Weil non concepisce l’impersonale come un’anti-persona e inoltre compie una rotazione di punto di partenza della politica: da un riferimento ai diritti della persona a quello di giustizia e di obblighi nei confronti di tutti gli esseri umani.
Anche in questo caso non ci si riferisce alla giustizia con la G maiuscola, quella che troneggia nei tribunali e nelle istituzioni come dea bendata che non guarda in faccia a nessuno e bilancia i meriti e i torti, ma di quella molto più umana che permette ad Antigone di ribellarsi a dettami della legge della città e permettere la sepoltura di suo fratello; anche se si tratta di un nemico della città stessa.
Qui si scompagina una logica guerresca che stabilisce lo schierarsi su due fronti contrapposti: come nella guerra di Troia (altro luogo frequentato sia da Weil sia da Putino) in cui chi non è amico è per forza nemico. Tertium non datur.
E invece non c’è solo o qui o lì senz’altra soluzione: si tratta di comprendere come si muove Pentesilea nel dramma di Kleist, dove Putino individua una scommessa, uno spazio per la differenza, che è presto soffocata dall’autore, forse spaventato dal seguire un percorso diverso che trasforma “una strada insolita in una macchina suicida e dilaniante”.
“Pentesilea, forse.” (è sempre Putino che s’interroga) regina delle Amazzoni, che scompagina le fila dei Troiani ma anche degli Achei, non accetta e ribalta le scelte precostituite, i procedimenti calcolati, le dicotomie. Una scommessa soffocata, ma che per chi l’ascolta ha un ritmo “che sovrasta qualsiasi epilogo e non credo che vi possa essere una lettrice che non provi un fremito gioioso al primo veloce comparire di una Pentesilea che aggira le postazioni degli eserciti schierati”.

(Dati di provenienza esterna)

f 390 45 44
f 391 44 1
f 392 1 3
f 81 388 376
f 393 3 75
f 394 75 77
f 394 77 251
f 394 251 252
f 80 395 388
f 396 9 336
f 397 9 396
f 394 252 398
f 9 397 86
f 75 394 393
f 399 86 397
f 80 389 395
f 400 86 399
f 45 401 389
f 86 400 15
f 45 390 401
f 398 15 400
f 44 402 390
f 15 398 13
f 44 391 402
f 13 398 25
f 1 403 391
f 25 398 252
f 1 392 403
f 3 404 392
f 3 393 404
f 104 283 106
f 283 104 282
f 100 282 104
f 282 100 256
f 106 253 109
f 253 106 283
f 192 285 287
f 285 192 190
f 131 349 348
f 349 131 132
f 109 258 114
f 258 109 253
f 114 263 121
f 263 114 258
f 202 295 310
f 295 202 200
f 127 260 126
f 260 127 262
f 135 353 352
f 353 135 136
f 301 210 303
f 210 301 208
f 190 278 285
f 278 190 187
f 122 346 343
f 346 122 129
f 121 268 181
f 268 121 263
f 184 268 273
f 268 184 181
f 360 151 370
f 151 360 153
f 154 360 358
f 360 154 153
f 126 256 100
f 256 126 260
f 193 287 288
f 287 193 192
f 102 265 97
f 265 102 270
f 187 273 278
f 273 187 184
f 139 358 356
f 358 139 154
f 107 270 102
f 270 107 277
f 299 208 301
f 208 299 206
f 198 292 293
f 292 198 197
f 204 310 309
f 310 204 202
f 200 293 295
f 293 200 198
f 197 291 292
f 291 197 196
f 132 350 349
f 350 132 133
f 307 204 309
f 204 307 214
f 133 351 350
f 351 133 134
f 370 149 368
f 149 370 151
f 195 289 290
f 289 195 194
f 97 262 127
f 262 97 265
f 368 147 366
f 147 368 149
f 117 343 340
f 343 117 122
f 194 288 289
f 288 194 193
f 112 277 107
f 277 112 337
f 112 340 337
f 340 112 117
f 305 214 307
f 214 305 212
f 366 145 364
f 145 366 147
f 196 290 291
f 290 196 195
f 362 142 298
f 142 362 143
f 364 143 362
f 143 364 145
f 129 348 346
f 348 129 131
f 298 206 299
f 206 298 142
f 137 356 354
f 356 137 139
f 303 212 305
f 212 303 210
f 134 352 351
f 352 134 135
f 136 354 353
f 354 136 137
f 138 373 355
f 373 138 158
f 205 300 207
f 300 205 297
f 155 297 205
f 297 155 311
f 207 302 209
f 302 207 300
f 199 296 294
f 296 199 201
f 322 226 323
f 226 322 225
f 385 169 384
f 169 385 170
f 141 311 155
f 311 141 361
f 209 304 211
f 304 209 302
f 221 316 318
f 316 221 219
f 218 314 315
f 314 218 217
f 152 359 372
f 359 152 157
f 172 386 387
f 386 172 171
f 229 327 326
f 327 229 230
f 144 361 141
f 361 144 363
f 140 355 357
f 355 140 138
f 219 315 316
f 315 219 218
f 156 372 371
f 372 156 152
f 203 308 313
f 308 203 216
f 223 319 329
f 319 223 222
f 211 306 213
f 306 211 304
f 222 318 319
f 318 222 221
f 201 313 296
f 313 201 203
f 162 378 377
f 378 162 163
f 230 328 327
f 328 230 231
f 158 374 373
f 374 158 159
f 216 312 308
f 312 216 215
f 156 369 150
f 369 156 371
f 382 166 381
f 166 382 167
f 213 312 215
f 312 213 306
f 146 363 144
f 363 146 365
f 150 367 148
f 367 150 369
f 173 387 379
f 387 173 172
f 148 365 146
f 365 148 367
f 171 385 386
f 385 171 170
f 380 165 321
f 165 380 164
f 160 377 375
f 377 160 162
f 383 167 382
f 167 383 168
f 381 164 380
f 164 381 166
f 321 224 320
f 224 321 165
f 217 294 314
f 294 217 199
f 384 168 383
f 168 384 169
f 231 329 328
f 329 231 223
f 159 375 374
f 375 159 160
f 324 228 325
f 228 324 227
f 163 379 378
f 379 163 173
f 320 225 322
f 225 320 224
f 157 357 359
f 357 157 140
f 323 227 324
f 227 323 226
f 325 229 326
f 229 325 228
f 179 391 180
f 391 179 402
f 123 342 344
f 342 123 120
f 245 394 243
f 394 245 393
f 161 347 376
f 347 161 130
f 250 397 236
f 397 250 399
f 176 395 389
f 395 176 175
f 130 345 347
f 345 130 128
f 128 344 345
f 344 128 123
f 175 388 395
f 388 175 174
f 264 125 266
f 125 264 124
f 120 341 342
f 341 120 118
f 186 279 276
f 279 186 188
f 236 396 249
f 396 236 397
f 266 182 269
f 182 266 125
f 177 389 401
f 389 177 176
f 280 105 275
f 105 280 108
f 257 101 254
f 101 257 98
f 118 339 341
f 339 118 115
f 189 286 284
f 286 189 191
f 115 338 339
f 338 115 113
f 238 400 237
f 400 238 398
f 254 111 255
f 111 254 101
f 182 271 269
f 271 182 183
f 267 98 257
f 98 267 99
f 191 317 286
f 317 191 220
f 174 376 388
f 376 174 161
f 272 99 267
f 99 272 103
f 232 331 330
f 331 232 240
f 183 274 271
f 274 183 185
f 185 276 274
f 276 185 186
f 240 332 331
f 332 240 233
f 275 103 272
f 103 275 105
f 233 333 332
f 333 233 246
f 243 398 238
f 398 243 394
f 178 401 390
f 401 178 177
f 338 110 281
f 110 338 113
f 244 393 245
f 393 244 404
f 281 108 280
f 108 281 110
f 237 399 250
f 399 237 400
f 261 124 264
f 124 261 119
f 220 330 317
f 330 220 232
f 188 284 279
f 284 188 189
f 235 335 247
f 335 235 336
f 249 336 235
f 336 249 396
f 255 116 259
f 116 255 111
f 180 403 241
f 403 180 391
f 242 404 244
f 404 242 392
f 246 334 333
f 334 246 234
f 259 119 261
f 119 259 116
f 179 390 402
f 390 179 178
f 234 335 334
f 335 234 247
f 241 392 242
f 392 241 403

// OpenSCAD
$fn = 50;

Lei, Pentesilea, è la regina di una razza di donne guerriere ma senza Stato.
Le Amazzoni per Putino, inscindibilmente donne e guerriere, mostrano in questo il loro provenire da altrove, da un luogo al di fuori degli Stati e della logica di guerra tra Stati: sono al di fuori dello schema che, come i pezzi su una scacchiera, le assegna già un ruolo, una regola di movimento e un valore, un’identità sessuale ben definita: “Pentesilea usa altra misura”.
Prima suggestione e domanda per me come uomo: se dovessi seguire Pentesilea, come potrebbe fare Achille che l’ama, non metterei in discussione il mondo simbolico che la vuole da una parte, opposta ad Achille (che comunque si schiera da un’altra)? Ricostruirei una polarità (o di qui o di là) che è quello che Pentesilea e le Amazzoni (e Putino con loro) non vogliono.

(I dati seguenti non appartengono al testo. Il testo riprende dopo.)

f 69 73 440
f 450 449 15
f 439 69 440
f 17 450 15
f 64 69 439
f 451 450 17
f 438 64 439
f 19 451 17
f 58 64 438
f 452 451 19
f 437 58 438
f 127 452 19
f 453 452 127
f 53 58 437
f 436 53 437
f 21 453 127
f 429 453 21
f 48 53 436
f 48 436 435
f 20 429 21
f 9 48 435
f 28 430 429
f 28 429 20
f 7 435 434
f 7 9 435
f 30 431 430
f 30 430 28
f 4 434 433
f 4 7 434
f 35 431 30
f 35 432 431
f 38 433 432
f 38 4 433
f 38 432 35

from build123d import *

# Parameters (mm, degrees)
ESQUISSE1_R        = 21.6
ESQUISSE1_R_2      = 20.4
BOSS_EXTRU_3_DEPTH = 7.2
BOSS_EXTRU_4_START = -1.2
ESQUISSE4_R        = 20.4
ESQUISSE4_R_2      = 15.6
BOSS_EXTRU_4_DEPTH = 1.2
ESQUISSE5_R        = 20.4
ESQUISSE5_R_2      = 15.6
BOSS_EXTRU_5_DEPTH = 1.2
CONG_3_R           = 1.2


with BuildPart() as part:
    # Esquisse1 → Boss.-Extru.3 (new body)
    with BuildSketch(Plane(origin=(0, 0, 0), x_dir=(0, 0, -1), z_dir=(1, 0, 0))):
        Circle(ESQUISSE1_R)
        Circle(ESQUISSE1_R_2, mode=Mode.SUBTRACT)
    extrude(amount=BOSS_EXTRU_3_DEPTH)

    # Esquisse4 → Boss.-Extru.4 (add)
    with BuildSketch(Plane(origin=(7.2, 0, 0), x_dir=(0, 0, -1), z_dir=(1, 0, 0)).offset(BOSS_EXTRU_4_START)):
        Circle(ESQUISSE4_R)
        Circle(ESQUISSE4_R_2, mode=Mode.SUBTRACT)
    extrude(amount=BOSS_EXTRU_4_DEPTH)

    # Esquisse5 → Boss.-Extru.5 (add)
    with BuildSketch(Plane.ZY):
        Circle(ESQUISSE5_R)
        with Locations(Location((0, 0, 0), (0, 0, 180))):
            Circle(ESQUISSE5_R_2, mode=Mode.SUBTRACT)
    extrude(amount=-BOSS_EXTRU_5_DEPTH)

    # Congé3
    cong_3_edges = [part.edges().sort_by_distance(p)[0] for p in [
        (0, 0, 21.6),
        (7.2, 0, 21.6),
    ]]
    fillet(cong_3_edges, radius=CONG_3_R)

Putino gira anche intorno al concetto giustizia, lo manipola come argilla a e lo ritrasforma, senza fargli perdere la sua materialità, la sua fonte d’origine: parla di una legge non scritta che scaturisce dalla politica.
E racconta, spiazzando i miei schemi mentali, di un modo di azione che rimanda a un passato che parla di combattimento e di guerre, ma non di eserciti rigidamente organizzati: come le Amazzoni, un esercito senza Stato. Parla di un essere militante e femminista che rimanda all’evento iniziale di questa politica, all’impersonale.

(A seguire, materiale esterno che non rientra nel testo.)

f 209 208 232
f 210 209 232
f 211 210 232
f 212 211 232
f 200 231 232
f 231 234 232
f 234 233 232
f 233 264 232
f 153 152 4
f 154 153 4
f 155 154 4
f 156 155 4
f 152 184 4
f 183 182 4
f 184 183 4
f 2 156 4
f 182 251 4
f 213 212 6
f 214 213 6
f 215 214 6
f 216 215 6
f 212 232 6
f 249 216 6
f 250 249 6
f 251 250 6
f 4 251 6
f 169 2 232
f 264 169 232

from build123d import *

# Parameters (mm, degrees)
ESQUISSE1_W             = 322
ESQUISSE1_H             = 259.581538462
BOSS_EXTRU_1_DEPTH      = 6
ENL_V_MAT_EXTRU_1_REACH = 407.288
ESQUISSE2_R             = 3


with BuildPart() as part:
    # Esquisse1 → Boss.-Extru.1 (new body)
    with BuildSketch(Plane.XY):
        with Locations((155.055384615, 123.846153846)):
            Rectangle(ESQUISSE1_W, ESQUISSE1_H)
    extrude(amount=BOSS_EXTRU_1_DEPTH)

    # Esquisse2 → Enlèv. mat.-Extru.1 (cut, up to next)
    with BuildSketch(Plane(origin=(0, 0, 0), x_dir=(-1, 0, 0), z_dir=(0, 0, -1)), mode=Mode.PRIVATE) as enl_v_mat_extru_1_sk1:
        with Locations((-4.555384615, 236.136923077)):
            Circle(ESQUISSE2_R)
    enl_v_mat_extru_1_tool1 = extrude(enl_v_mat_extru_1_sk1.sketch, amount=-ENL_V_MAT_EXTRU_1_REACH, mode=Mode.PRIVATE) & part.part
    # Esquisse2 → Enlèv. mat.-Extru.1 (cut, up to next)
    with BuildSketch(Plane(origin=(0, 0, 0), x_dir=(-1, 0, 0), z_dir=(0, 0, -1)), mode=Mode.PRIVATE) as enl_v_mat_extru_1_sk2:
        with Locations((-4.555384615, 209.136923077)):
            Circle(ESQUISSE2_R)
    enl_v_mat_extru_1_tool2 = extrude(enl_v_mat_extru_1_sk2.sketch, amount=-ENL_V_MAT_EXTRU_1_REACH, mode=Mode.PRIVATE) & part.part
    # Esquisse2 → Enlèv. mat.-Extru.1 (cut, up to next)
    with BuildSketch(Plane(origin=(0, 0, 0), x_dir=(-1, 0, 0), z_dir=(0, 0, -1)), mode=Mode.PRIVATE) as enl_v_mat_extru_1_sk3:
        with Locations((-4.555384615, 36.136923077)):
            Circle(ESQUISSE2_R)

Una politica che genera un’idea di giustizia che fa scaturire la libertà femminile, un evento e un accadere in cui si riconosce chiaramente una giustizia limpida e chiara: “che ogni donna pensa, è capace di pensiero”. E quello che pensa una donna, il pensiero, non è interesse di parte bensì un pensiero per tutti.
Qui non siamo, infatti, nell’ambito delle cose personali, nel dominio dei diritti che presto scadono in una rivendicazione di privilegi. Se non è politica per i diritti e a partire dai diritti che cosa mai potrà essere? Weil a questi interrogativi una risposta la fornisce; ma è una risposta che non posso riportare direttamente su di me. È troppo dipendente da un trascendente che non mi risponde, troppo dipendente da un dualismo tra bene e necessità che richiederebbe una ricerca religiosa che non è parte della mia singolarità.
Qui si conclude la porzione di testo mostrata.